__DATA IN THIS EXERCISE__

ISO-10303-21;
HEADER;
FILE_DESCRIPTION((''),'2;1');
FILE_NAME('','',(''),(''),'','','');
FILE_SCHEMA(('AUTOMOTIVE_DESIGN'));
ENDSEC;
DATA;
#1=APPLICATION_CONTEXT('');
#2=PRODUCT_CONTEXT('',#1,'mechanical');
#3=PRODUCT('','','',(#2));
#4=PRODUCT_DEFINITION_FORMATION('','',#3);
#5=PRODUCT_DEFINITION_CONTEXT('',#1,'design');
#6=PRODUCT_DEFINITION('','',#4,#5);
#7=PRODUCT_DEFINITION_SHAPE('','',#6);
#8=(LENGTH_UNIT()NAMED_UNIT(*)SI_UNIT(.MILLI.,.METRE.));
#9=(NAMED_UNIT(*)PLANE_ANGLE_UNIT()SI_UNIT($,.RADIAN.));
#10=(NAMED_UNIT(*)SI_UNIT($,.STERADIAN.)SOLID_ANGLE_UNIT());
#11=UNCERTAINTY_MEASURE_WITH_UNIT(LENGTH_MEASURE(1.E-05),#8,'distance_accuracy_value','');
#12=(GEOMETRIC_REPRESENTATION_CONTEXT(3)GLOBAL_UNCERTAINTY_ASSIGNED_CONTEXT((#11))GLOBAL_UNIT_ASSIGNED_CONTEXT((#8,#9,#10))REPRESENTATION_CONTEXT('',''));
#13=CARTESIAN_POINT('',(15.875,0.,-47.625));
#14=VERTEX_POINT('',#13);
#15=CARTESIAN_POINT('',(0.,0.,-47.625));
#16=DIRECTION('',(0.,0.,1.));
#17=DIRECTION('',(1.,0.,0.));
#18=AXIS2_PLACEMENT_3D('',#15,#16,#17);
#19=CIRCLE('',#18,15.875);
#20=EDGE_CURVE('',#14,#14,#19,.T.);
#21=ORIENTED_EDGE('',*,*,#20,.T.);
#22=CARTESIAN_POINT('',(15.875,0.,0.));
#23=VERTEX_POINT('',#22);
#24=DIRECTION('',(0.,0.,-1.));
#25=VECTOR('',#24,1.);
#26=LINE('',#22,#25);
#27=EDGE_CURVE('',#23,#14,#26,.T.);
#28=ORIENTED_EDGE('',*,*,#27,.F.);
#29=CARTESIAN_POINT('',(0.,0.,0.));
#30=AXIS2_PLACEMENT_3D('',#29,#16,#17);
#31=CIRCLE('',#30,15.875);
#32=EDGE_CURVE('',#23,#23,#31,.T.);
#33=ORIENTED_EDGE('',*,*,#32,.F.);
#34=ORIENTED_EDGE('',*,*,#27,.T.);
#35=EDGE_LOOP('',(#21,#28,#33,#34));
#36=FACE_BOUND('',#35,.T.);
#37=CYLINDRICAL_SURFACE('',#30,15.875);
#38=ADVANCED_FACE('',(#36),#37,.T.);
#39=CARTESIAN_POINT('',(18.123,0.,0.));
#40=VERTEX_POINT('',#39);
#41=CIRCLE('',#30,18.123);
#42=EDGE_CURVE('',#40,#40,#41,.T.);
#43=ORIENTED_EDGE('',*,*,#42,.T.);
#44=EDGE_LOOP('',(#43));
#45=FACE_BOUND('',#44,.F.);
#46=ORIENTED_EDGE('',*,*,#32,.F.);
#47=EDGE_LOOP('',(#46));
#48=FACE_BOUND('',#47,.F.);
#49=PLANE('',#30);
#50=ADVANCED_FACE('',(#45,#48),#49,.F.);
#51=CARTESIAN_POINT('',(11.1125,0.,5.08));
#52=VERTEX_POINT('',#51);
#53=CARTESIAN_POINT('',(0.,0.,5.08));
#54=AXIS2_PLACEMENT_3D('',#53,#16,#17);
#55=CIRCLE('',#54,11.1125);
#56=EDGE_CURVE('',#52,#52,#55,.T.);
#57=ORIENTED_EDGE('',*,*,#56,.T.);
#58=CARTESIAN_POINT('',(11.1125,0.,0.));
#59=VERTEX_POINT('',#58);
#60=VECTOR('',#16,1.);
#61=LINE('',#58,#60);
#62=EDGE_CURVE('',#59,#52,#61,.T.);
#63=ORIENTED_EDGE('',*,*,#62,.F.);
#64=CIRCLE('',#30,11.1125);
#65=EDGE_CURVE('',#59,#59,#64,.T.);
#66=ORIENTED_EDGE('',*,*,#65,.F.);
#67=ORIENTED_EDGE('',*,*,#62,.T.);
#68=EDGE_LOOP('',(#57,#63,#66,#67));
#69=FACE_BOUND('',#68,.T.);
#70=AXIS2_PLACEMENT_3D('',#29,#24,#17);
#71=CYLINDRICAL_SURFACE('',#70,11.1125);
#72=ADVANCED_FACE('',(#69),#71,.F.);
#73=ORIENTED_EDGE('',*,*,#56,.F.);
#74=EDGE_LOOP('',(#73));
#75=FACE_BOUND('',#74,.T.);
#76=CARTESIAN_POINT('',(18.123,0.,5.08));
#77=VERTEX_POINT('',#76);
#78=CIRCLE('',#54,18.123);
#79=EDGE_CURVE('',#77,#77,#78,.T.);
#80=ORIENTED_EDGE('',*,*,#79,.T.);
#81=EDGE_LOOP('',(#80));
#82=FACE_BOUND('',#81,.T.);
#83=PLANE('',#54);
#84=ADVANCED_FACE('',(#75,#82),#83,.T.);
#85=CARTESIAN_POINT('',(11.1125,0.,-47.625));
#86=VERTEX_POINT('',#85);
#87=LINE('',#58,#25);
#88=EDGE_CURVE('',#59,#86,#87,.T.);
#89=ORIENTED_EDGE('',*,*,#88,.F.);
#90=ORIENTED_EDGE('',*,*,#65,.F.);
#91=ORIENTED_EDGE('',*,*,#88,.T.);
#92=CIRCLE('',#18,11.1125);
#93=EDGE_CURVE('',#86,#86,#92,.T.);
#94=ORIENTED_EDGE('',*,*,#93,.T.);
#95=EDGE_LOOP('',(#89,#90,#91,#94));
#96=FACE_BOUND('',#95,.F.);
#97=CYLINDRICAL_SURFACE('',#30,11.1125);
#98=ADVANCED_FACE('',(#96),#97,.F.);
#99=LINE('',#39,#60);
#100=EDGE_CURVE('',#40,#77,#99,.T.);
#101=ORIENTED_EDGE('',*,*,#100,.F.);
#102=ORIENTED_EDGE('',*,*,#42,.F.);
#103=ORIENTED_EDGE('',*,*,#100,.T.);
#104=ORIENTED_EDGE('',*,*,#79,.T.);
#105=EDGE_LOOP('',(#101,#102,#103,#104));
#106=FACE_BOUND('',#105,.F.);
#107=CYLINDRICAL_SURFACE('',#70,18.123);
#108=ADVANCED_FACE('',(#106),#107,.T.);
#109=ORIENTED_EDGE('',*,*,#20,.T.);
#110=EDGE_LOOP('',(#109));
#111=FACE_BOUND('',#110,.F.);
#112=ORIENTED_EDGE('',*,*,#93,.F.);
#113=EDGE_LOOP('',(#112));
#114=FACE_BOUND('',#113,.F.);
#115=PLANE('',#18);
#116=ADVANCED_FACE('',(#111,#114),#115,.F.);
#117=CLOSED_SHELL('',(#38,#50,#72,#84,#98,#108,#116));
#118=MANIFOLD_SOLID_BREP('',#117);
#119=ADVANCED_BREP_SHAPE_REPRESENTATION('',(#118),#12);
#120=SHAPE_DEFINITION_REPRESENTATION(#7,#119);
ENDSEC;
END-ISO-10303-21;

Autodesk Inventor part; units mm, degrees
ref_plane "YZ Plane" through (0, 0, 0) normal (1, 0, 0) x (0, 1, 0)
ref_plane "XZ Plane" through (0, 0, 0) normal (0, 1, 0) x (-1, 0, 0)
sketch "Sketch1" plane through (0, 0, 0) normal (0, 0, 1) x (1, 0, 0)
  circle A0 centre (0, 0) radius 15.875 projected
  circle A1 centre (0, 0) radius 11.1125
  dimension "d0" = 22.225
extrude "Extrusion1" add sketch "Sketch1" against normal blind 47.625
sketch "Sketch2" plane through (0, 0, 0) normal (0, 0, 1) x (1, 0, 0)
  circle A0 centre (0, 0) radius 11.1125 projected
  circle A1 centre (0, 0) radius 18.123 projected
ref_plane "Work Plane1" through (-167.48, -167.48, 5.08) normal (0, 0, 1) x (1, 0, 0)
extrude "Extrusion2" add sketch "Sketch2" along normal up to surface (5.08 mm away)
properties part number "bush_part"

__TASK INSTRUCTIONS__
Of the lines above, output exactly those from the line bearing "#63=ORIENTED_EDGE('',*,*,#62,.F.);" through the line bearing "END-ISO-10303-21;", inclusive.

__REPLY__
#63=ORIENTED_EDGE('',*,*,#62,.F.);
#64=CIRCLE('',#30,11.1125);
#65=EDGE_CURVE('',#59,#59,#64,.T.);
#66=ORIENTED_EDGE('',*,*,#65,.F.);
#67=ORIENTED_EDGE('',*,*,#62,.T.);
#68=EDGE_LOOP('',(#57,#63,#66,#67));
#69=FACE_BOUND('',#68,.T.);
#70=AXIS2_PLACEMENT_3D('',#29,#24,#17);
#71=CYLINDRICAL_SURFACE('',#70,11.1125);
#72=ADVANCED_FACE('',(#69),#71,.F.);
#73=ORIENTED_EDGE('',*,*,#56,.F.);
#74=EDGE_LOOP('',(#73));
#75=FACE_BOUND('',#74,.T.);
#76=CARTESIAN_POINT('',(18.123,0.,5.08));
#77=VERTEX_POINT('',#76);
#78=CIRCLE('',#54,18.123);
#79=EDGE_CURVE('',#77,#77,#78,.T.);
#80=ORIENTED_EDGE('',*,*,#79,.T.);
#81=EDGE_LOOP('',(#80));
#82=FACE_BOUND('',#81,.T.);
#83=PLANE('',#54);
#84=ADVANCED_FACE('',(#75,#82),#83,.T.);
#85=CARTESIAN_POINT('',(11.1125,0.,-47.625));
#86=VERTEX_POINT('',#85);
#87=LINE('',#58,#25);
#88=EDGE_CURVE('',#59,#86,#87,.T.);
#89=ORIENTED_EDGE('',*,*,#88,.F.);
#90=ORIENTED_EDGE('',*,*,#65,.F.);
#91=ORIENTED_EDGE('',*,*,#88,.T.);
#92=CIRCLE('',#18,11.1125);
#93=EDGE_CURVE('',#86,#86,#92,.T.);
#94=ORIENTED_EDGE('',*,*,#93,.T.);
#95=EDGE_LOOP('',(#89,#90,#91,#94));
#96=FACE_BOUND('',#95,.F.);
#97=CYLINDRICAL_SURFACE('',#30,11.1125);
#98=ADVANCED_FACE('',(#96),#97,.F.);
#99=LINE('',#39,#60);
#100=EDGE_CURVE('',#40,#77,#99,.T.);
#101=ORIENTED_EDGE('',*,*,#100,.F.);
#102=ORIENTED_EDGE('',*,*,#42,.F.);
#103=ORIENTED_EDGE('',*,*,#100,.T.);
#104=ORIENTED_EDGE('',*,*,#79,.T.);
#105=EDGE_LOOP('',(#101,#102,#103,#104));
#106=FACE_BOUND('',#105,.F.);
#107=CYLINDRICAL_SURFACE('',#70,18.123);
#108=ADVANCED_FACE('',(#106),#107,.T.);
#109=ORIENTED_EDGE('',*,*,#20,.T.);
#110=EDGE_LOOP('',(#109));
#111=FACE_BOUND('',#110,.F.);
#112=ORIENTED_EDGE('',*,*,#93,.F.);
#113=EDGE_LOOP('',(#112));
#114=FACE_BOUND('',#113,.F.);
#115=PLANE('',#18);
#116=ADVANCED_FACE('',(#111,#114),#115,.F.);
#117=CLOSED_SHELL('',(#38,#50,#72,#84,#98,#108,#116));
#118=MANIFOLD_SOLID_BREP('',#117);
#119=ADVANCED_BREP_SHAPE_REPRESENTATION('',(#118),#12);
#120=SHAPE_DEFINITION_REPRESENTATION(#7,#119);
ENDSEC;
END-ISO-10303-21;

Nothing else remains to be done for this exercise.